County Steams Downtown


    GRAND RAPIDS — Guests of the new JW Marriott Hotel will be steamed when the plush lodging facility opens for business in the fall of 2007.

    That’s because Alticor Inc., the owner of the $100 million hotel and adjacent parking ramp being built on Campau Avenue just south of Pearl Street, has joined more than 100 other downtown building owners who have signed up with the Kent County Department of Public Works for its steam-generated heating and cooling service.

    “We do have the contract to provide service to them, as we also do with the new art museum,” said Doug Wood, interim public works director, who took over the department after Curt Kemppainen retired this fall.

    “We have about 125 customers. It varies, but only one or two up or down from that number,” added Wood, who directed the county’s solid waste operations before becoming interim director.

    The county has offered the service via its Downtown Heating and Cooling Authority since 1986, when Kent bought the underground system from Consumers Energy, now Consumers Power.

    The service has been operating since the 1920s; the old water boilers that made the steam back then were replaced with oil- and gas-fired boilers as part of the urban renewal effort that was so prevalent across the country in the late 1960s.

    Consumers Energy continued to run the system for the county until 1989, when Covanta Energy began to operate the waste-to-energy facility and the heating and cooling system.

    “This is a good example of a private-public cooperative effort. We let them do what they do best, which is to try to build on those efficiencies, and we bring something to the table, too,” said Bill Allen, the county’s Waste-to-Energy administrative manager.

    One item the county brings to the table for building owners in the downtown sector is a competitive price for heating and cooling.

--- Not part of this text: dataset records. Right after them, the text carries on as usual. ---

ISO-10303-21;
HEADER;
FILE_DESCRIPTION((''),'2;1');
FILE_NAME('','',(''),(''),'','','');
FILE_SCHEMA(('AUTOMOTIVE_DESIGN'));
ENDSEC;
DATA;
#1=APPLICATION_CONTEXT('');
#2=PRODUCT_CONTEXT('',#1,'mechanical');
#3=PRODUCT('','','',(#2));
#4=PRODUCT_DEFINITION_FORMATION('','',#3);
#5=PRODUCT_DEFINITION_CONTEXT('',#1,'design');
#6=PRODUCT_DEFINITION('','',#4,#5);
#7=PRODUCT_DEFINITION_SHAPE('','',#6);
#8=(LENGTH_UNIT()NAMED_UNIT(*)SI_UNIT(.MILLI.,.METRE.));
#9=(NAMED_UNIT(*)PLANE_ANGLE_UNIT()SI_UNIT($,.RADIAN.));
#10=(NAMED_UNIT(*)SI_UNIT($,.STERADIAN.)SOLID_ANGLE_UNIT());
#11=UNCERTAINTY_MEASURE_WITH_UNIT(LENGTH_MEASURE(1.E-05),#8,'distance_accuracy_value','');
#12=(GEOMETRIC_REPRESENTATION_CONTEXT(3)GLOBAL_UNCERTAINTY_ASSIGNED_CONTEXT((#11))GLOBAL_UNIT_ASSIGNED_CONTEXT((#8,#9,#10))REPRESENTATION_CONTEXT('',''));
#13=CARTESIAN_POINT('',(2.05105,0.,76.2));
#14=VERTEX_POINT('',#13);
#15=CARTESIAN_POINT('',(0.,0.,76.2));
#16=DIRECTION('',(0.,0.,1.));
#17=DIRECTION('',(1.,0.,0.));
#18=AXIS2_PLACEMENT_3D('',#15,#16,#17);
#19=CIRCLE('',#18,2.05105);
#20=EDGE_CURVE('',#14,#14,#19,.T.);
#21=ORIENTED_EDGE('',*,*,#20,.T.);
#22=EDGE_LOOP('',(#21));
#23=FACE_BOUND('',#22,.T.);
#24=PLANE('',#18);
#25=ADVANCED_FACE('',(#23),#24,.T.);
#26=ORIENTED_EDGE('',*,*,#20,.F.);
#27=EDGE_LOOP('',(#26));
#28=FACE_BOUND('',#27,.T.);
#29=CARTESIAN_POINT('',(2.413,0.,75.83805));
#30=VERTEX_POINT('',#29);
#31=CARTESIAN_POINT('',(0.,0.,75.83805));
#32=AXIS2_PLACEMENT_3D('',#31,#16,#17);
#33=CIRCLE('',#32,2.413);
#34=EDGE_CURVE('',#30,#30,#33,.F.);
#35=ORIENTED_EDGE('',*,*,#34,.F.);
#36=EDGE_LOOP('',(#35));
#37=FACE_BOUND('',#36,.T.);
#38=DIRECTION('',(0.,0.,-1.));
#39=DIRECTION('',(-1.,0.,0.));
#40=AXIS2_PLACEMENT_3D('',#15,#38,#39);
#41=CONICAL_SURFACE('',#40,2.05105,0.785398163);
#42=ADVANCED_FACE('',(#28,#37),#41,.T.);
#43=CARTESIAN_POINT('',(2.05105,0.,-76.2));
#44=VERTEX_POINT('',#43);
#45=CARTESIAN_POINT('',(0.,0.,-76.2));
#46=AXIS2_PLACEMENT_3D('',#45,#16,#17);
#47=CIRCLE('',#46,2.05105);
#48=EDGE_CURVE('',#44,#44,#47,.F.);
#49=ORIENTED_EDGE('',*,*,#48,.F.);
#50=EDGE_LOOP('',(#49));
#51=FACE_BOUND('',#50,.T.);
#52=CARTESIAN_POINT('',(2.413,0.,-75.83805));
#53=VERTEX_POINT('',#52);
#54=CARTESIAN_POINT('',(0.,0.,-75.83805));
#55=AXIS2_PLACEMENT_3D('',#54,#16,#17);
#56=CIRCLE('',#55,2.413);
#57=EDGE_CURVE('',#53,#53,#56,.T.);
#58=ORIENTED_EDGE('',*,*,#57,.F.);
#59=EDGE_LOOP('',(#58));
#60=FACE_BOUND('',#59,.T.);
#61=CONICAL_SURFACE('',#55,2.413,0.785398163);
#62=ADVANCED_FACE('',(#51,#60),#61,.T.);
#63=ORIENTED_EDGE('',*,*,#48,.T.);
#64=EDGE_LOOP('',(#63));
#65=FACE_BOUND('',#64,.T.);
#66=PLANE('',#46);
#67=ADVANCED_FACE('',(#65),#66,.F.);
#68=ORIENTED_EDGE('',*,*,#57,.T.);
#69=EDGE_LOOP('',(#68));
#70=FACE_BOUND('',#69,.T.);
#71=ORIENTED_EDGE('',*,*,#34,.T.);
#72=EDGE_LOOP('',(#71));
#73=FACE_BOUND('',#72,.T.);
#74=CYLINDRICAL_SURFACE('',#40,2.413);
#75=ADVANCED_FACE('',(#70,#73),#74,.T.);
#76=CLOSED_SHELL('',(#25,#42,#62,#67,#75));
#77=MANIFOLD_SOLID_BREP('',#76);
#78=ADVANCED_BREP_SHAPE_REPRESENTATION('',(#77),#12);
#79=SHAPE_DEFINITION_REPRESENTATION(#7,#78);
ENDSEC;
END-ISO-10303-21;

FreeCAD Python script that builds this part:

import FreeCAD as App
import Part
import Sketcher
from FreeCAD import Vector
Q = App.Units.Quantity


def edges_at(feature, points):
    """Names of the edges that pass closest to the given points."""
    edges = feature.Shape.Edges
    near = lambda p: min(range(len(edges)), key=lambda i: edges[i].distToShape(Part.Vertex(*p))[0])
    return sorted({f"Edge{near(p) + 1}" for p in points})

doc = App.newDocument("Part")
body = doc.addObject("PartDesign::Body", "Body")

# Sketch on XY plane
sketch1 = body.newObject("Sketcher::SketchObject", "Sketch")
sketch1.AttachmentSupport = (doc.getObject("XY_Plane"), [""])
sketch1.MapMode = "FlatFace"
sketch1.addGeometry(Part.Circle(Vector(0, 0, 0), Vector(0, 0, 1), 2.4), False)
sketch1.addConstraint([
    Sketcher.Constraint("Coincident", 0, 3, -1, 1),
    Sketcher.Constraint("Diameter", 0, Q("0.19 in")),
])
pad1 = body.newObject("PartDesign::Pad", "Pad")
pad1.Profile = sketch1
pad1.Type = "TwoLengths"
pad1.Length = Q("3 in")
pad1.Length2 = Q("3 in")
doc.recompute()

chamfer = body.newObject("PartDesign::Chamfer", "Chamfer")
chamfer.Base = (pad1, edges_at(pad1, [(-2.413, 0, -76.2), (-2.413, 0, 76.2)]))
chamfer.Size = 0.36195

doc.recompute()
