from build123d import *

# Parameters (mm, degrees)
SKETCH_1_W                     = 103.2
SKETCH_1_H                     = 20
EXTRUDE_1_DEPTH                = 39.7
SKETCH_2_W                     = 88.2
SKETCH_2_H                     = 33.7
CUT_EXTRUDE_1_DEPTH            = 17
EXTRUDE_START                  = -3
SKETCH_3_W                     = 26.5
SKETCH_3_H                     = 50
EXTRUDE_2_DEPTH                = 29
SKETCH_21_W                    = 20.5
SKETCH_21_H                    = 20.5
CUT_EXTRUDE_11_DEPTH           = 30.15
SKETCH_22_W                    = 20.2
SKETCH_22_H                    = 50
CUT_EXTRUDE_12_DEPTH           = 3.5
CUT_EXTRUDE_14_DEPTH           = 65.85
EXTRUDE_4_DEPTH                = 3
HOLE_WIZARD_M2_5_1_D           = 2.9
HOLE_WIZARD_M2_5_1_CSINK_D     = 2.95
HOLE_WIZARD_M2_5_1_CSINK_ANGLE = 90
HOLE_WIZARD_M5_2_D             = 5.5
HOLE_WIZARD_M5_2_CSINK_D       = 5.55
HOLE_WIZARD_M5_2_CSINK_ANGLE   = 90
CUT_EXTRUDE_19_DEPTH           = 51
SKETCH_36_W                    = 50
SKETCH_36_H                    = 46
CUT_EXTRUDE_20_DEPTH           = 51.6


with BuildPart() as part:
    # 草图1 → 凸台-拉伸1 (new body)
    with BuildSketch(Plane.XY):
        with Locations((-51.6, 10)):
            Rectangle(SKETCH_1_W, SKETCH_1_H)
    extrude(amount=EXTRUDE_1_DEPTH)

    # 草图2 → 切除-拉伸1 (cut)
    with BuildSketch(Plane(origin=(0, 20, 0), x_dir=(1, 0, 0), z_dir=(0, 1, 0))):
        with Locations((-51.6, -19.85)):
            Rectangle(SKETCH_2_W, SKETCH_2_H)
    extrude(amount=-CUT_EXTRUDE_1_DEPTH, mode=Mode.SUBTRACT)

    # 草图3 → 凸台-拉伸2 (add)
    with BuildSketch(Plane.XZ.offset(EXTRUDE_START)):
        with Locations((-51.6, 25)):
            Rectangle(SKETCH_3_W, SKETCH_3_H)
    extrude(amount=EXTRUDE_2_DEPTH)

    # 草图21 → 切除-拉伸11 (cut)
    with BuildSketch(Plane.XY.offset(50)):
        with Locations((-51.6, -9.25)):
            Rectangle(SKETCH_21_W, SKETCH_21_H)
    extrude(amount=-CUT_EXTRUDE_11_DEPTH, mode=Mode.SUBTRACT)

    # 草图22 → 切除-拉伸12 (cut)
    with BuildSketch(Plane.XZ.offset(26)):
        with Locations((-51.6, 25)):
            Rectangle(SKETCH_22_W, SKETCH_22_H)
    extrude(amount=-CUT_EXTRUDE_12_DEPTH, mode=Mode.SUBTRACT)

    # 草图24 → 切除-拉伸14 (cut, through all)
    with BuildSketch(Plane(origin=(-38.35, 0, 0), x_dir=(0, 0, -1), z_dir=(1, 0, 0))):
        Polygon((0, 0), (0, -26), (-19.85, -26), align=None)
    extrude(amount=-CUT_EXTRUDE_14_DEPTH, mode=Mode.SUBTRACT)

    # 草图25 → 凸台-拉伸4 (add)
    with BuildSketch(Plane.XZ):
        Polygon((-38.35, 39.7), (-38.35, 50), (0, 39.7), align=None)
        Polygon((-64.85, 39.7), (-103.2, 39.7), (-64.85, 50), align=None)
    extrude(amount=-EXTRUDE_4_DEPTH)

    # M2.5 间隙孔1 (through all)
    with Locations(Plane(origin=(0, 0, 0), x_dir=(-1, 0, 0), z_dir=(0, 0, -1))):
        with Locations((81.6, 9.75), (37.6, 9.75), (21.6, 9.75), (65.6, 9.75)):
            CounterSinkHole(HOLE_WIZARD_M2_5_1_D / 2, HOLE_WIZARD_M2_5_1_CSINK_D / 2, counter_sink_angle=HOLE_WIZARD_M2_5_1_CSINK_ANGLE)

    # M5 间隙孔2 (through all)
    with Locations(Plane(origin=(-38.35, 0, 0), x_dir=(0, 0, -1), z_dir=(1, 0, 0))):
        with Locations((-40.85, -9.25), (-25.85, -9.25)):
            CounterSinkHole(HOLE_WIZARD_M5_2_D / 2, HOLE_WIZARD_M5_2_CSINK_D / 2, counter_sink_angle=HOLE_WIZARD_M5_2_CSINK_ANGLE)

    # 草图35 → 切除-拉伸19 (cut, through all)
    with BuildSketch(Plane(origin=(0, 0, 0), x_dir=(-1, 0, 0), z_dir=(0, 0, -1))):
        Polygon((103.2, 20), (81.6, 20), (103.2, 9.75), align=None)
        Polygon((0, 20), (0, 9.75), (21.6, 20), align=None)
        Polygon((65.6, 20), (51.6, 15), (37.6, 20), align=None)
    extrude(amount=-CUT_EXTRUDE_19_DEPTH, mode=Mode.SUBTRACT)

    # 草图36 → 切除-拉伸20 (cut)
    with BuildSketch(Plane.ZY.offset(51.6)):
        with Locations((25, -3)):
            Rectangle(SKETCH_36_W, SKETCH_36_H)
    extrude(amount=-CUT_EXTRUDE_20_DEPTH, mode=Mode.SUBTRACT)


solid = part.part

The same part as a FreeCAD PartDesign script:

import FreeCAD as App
import Part
import Sketcher

V = App.Vector

doc = App.newDocument("Part")
body = doc.addObject("PartDesign::Body", "Body")

sketch1 = doc.addObject("Sketcher::SketchObject", "Sketch")
body.addObject(sketch1)
sketch1.AttachmentSupport = (doc.XY_Plane, [""])
sketch1.MapMode = "FlatFace"
sketch1.addGeometry([
    Part.LineSegment(V(-103, 20, 0), V(-103, 0, 0)),
    Part.LineSegment(V(-103, 0, 0), V(0, 0, 0)),
    Part.LineSegment(V(0, 0, 0), V(0, 20, 0)),
    Part.LineSegment(V(0, 20, 0), V(-103, 20, 0)),
], False)
sketch1.addConstraint([
    Sketcher.Constraint("Coincident", 0, 2, 1, 1),
    Sketcher.Constraint("Coincident", 1, 2, 2, 1),
    Sketcher.Constraint("Coincident", 2, 2, 3, 1),
    Sketcher.Constraint("Coincident", 3, 2, 0, 1),
    Sketcher.Constraint("Vertical", 0),
    Sketcher.Constraint("Horizontal", 1),
    Sketcher.Constraint("Vertical", 2),
    Sketcher.Constraint("Horizontal", 3),
    Sketcher.Constraint("Coincident", 1, 2, -1, 1),
    Sketcher.Constraint("DistanceY", 0, 2, 0, 1, 20.0),
    Sketcher.Constraint("DistanceX", 1, 1, 1, 2, 103.2),
])
pad1 = doc.addObject("PartDesign::Pad", "Pad")
body.addObject(pad1)
pad1.Profile = sketch1
pad1.Length = 39.7

sketch2 = doc.addObject("Sketcher::SketchObject", "Sketch001")
body.addObject(sketch2)
sketch2.AttachmentSupport = (doc.XZ_Plane, [""])
sketch2.MapMode = "FlatFace"
sketch2.AttachmentOffset = App.Placement(V(0, 0, -20), App.Rotation())
sketch2.addGeometry([
    Part.LineSegment(V(-96, 3, 0), V(-96, 37, 0)),
    Part.LineSegment(V(-96, 37, 0), V(-8, 37, 0)),
    Part.LineSegment(V(-8, 37, 0), V(-8, 3, 0)),
    Part.LineSegment(V(-8, 3, 0), V(-96, 3, 0)),
], False)
sketch2.addConstraint([
    Sketcher.Constraint("Coincident", 0, 2, 1, 1),
    Sketcher.Constraint("Coincident", 1, 2, 2, 1),
    Sketcher.Constraint("Coincident", 2, 2, 3, 1),
    Sketcher.Constraint("Coincident", 3, 2, 0, 1),
    Sketcher.Constraint("Vertical", 0),
    Sketcher.Constraint("Horizontal", 1),
    Sketcher.Constraint("Vertical", 2),
    Sketcher.Constraint("Horizontal", 3),
    Sketcher.Constraint("DistanceX", 1, 1, 1, 2, 88.2),
    Sketcher.Constraint("DistanceY", 0, 1, 0, 2, 33.7),
    Sketcher.Constraint("DistanceY", -1, 1, 2, 2, 3.0),
    Sketcher.Constraint("DistanceX", 0, 2, -1, 1, 95.7),
])
pocket1 = doc.addObject("PartDesign::Pocket", "Pocket")
body.addObject(pocket1)
pocket1.Profile = sketch2
pocket1.Length = 17
pocket1.Reversed = True

sketch3 = doc.addObject("Sketcher::SketchObject", "Sketch002")
body.addObject(sketch3)
sketch3.AttachmentSupport = (doc.XZ_Plane, [""])
sketch3.MapMode = "FlatFace"
sketch3.AttachmentOffset = App.Placement(V(0, 0, -3), App.Rotation())
sketch3.addGeometry([
    Part.LineSegment(V(-65, 50, 0), V(-65, 0, 0)),
    Part.LineSegment(V(-65, 0, 0), V(-38, 0, 0)),
    Part.LineSegment(V(-38, 0, 0), V(-38, 50, 0)),
    Part.LineSegment(V(-38, 50, 0), V(-65, 50, 0)),
], False)
sketch3.addConstraint([
    Sketcher.Constraint("Coincident", 0, 2, 1, 1),
    Sketcher.Constraint("Coincident", 1, 2, 2, 1),
    Sketcher.Constraint("Coincident", 2, 2, 3, 1),
    Sketcher.Constraint("Coincident", 3, 2, 0, 1),
    Sketcher.Constraint("Vertical", 0),
    Sketcher.Constraint("Horizontal", 1),
    Sketcher.Constraint("Vertical", 2),
    Sketcher.Constraint("Horizontal", 3),
    Sketcher.Constraint("PointOnObject", 0, 2, -1),
    Sketcher.Constraint("DistanceY", 0, 2, 0, 1, 50.0),
    Sketcher.Constraint("DistanceX", 1, 1, 1, 2, 26.5),
    Sketcher.Constraint("DistanceX", 0, 2, -1, 1, 64.85),
])
pad2 = doc.addObject("PartDesign::Pad", "Pad001")
body.addObject(pad2)
pad2.Profile = sketch3
pad2.Length = 29

sketch4 = doc.addObject("Sketcher::SketchObject", "Sketch003")
body.addObject(sketch4)
sketch4.AttachmentSupport = (doc.XY_Plane, [""])
sketch4.MapMode = "FlatFace"
sketch4.AttachmentOffset = App.Placement(V(0, 0, 50), App.Rotation())
sketch4.addGeometry([
    Part.LineSegment(V(-62, 1, 0), V(-62, -20, 0)),
    Part.LineSegment(V(-62, -20, 0), V(-41, -20, 0)),
    Part.LineSegment(V(-41, -20, 0), V(-41, 1, 0)),
    Part.LineSegment(V(-41, 1, 0), V(-62, 1, 0)),
], False)
sketch4.addConstraint([
    Sketcher.Constraint("Coincident", 0, 2, 1, 1),
    Sketcher.Constraint("Coincident", 1, 2, 2, 1),
    Sketcher.Constraint("Coincident", 2, 2, 3, 1),
    Sketcher.Constraint("Coincident", 3, 2, 0, 1),
    Sketcher.Constraint("Vertical", 0),
    Sketcher.Constraint("Horizontal", 1),
    Sketcher.Constraint("Vertical", 2),
    Sketcher.Constraint("Horizontal", 3),
    Sketcher.Constraint("Equal", 3, 0),
    Sketcher.Constraint("DistanceX", 1, 1, 1, 2, 20.5),
    Sketcher.Constraint("DistanceY", -1, 1, 2, 2, 1.0),
    Sketcher.Constraint("DistanceX", 0, 2, -1, 1, 61.85),
])
pocket2 = doc.addObject("PartDesign::Pocket", "Pocket001")
body.addObject(pocket2)
pocket2.Profile = sketch4
pocket2.Length = 30.15

sketch5 = doc.addObject("Sketcher::SketchObject", "Sketch004")
body.addObject(sketch5)
sketch5.AttachmentSupport = (doc.XZ_Plane, [""])
sketch5.MapMode = "FlatFace"
sketch5.AttachmentOffset = App.Placement(V(0, 0, 26), App.Rotation())
sketch5.addGeometry([
    Part.LineSegment(V(-62, 50, 0), V(-62, 0, 0)),
    Part.LineSegment(V(-62, 0, 0), V(-42, 0, 0)),
    Part.LineSegment(V(-42, 0, 0), V(-42, 50, 0)),
    Part.LineSegment(V(-42, 50, 0), V(-62, 50, 0)),
], False)
sketch5.addConstraint([
    Sketcher.Constraint("Coincident", 0, 2, 1, 1),
    Sketcher.Constraint("Coincident", 1, 2, 2, 1),
    Sketcher.Constraint("Coincident", 2, 2, 3, 1),
    Sketcher.Constraint("Coincident", 3, 2, 0, 1),
    Sketcher.Constraint("Vertical", 0),
    Sketcher.Constraint("Horizontal", 1),
    Sketcher.Constraint("Vertical", 2),
    Sketcher.Constraint("Horizontal", 3),
    Sketcher.Constraint("PointOnObject", 0, 2, -1),
    Sketcher.Constraint("DistanceY", 0, 2, 0, 1, 50.0),
    Sketcher.Constraint("DistanceX", 1, 1, 1, 2, 20.2),
    Sketcher.Constraint("DistanceX", 0, 2, -1, 1, 61.7),
])
pocket3 = doc.addObject("PartDesign::Pocket", "Pocket002")
body.addObject(pocket3)
pocket3.Profile = sketch5
pocket3.Length = 3.5

sketch6 = doc.addObject("Sketcher::SketchObject", "Sketch005")
body.addObject(sketch6)
sketch6.AttachmentSupport = (doc.YZ_Plane, [""])
sketch6.MapMode = "FlatFace"
sketch6.AttachmentOffset = App.Placement(V(0, 0, -38.35), App.Rotation())
sketch6.addGeometry([
    Part.LineSegment(V(-26, 0, 0), V(0, 0, 0)),
    Part.LineSegment(V(0, 0, 0), V(-26, 20, 0)),
    Part.LineSegment(V(-26, 20, 0), V(-26, 0, 0)),
], False)
sketch6.addConstraint([
    Sketcher.Constraint("Coincident", 0, 2, 1, 1),
    Sketcher.Constraint("Coincident", 1, 2, 2, 1),
    Sketcher.Constraint("Coincident", 2, 2, 0, 1),
    Sketcher.Constraint("Horizontal", 0),
    Sketcher.Constraint("Vertical", 2),
    Sketcher.Constraint("Coincident", 0, 2, -1, 1),
    Sketcher.Constraint("DistanceX", 0, 1, 0, 2, 26.0),
    Sketcher.Constraint("DistanceY", 2, 2, 2, 1, 19.85),
])
pocket4 = doc.addObject("PartDesign::Pocket", "Pocket003")
body.addObject(pocket4)
pocket4.Profile = sketch6
pocket4.Type = "ThroughAll"

sketch7 = doc.addObject("Sketcher::SketchObject", "Sketch006")
body.addObject(sketch7)
sketch7.AttachmentSupport = (doc.XZ_Plane, [""])
sketch7.MapMode = "FlatFace"
sketch7.addGeometry([
    Part.LineSegment(V(-38, 50, 0), V(-38, 40, 0)),
    Part.LineSegment(V(-38, 40, 0), V(0, 40, 0)),
    Part.LineSegment(V(0, 40, 0), V(-38, 50, 0)),
    Part.LineSegment(V(-103, 40, 0), V(-65, 40, 0)),
    Part.LineSegment(V(-65, 40, 0), V(-65, 50, 0)),
    Part.LineSegment(V(-65, 50, 0), V(-103, 40, 0)),
], False)
sketch7.addConstraint([
    Sketcher.Constraint("Coincident", 0, 2, 1, 1),
    Sketcher.Constraint("Coincident", 1, 2, 2, 1),
    Sketcher.Constraint("Coincident", 2, 2, 0, 1),
    Sketcher.Constraint("Coincident", 3, 2, 4, 1),
    Sketcher.Constraint("Coincident", 4, 2, 5, 1),
    Sketcher.Constraint("Coincident", 5, 2, 3, 1),
    Sketcher.Constraint("Vertical", 0),
    Sketcher.Constraint("Horizontal", 1),
    Sketcher.Constraint("Horizontal", 3),
    Sketcher.Constraint("Vertical", 4),
    Sketcher.Constraint("PointOnObject", 1, 2, -2),
    Sketcher.Constraint("Horizontal", 1, 2, 3, 2),
    Sketcher.Constraint("Horizontal", 2, 2, 4, 2),
    Sketcher.Constraint("Equal", 1, 3),
    Sketcher.Constraint("DistanceY", 0, 2, 0, 1, 10.3),
    Sketcher.Constraint("DistanceY", -1, 1, 2, 2, 50.0),
    Sketcher.Constraint("DistanceX", 1, 1, 1, 2, 38.35),
    Sketcher.Constraint("DistanceX", 5, 2, -1, 1, 103.2),
])
pad3 = doc.addObject("PartDesign::Pad", "Pad002")
body.addObject(pad3)
pad3.Profile = sketch7
pad3.Length = 3
pad3.Reversed = True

    “I don’t think that the Alticor hotel would have come with us if we weren’t. By that I mean, you have to take into account the capital savings of not having to have your own in-house boiler system and operate it,” said Allen.

    “For a high-pressure boiler system, you also have insurance costs and an ongoing operating cost, and we take both off the building owners’ shoulders,” he added.

    Not having to house a boiler system also means a building owner has more space to lease to a tenant.

    “They can take that room that would be non-revenue producing and convert it into a revenue-producing room,” said Allen.

    The county uses natural gas, oil and trash to generate steam heat. Natural gas and oil can be burned at the heating and cooling building at 950 Market St. SW to produce steam. Whichever price is lower, gas or oil, determines which source is used.

    The trash, of which the county gets up to 625 tons per day, is converted to steam at the waste-to-energy facility and then can be piped into the system. It serves as a winter supplement to the steam needed to heat downtown buildings, and for the snowmelt systems in the winter.

    “Most of the year that pipeline connection between the two plants isn’t in use. It’s something that makes sense during the cold-weather months as demand increases and the cost of fuel goes up. We can do a better job of servicing our customers by bringing the line into operation, which we did in the middle of November. We’ll probably be running it into March,” said Allen.

    Tax dollars are not used to support either the waste-to-energy facility or the heating and cooling system. Both are “enterprise” funds, meaning that the revenue collected from the services sustains them. The waste-to-energy operation has a budget of $37.4 million for 2006.

    Wood told the Business Journal that public works is looking at possibly expanding the service in the future. If that becomes a feasible project, an extended service would likely resemble the “district” systems being used in a number of European cities. These are based on hot water generation rather than the high-pressure steam model the county currently employs. The district method uses fewer and larger units to create heat. It doesn’t use natural gas or oil to fuel the system, and it turns out cleaner emissions.

    “The advantage to that is you can expand it further out and it’s a little easier to manage,” said Wood of a hot water system.

    “You know the energy situation that we saw become some catastrophes isn’t going to go away,” he added. “There is a finite amount of energy, and a district heating system for core cities makes a lot of sense from an energy standpoint — and it also makes a lot of sense from an environmental standpoint.”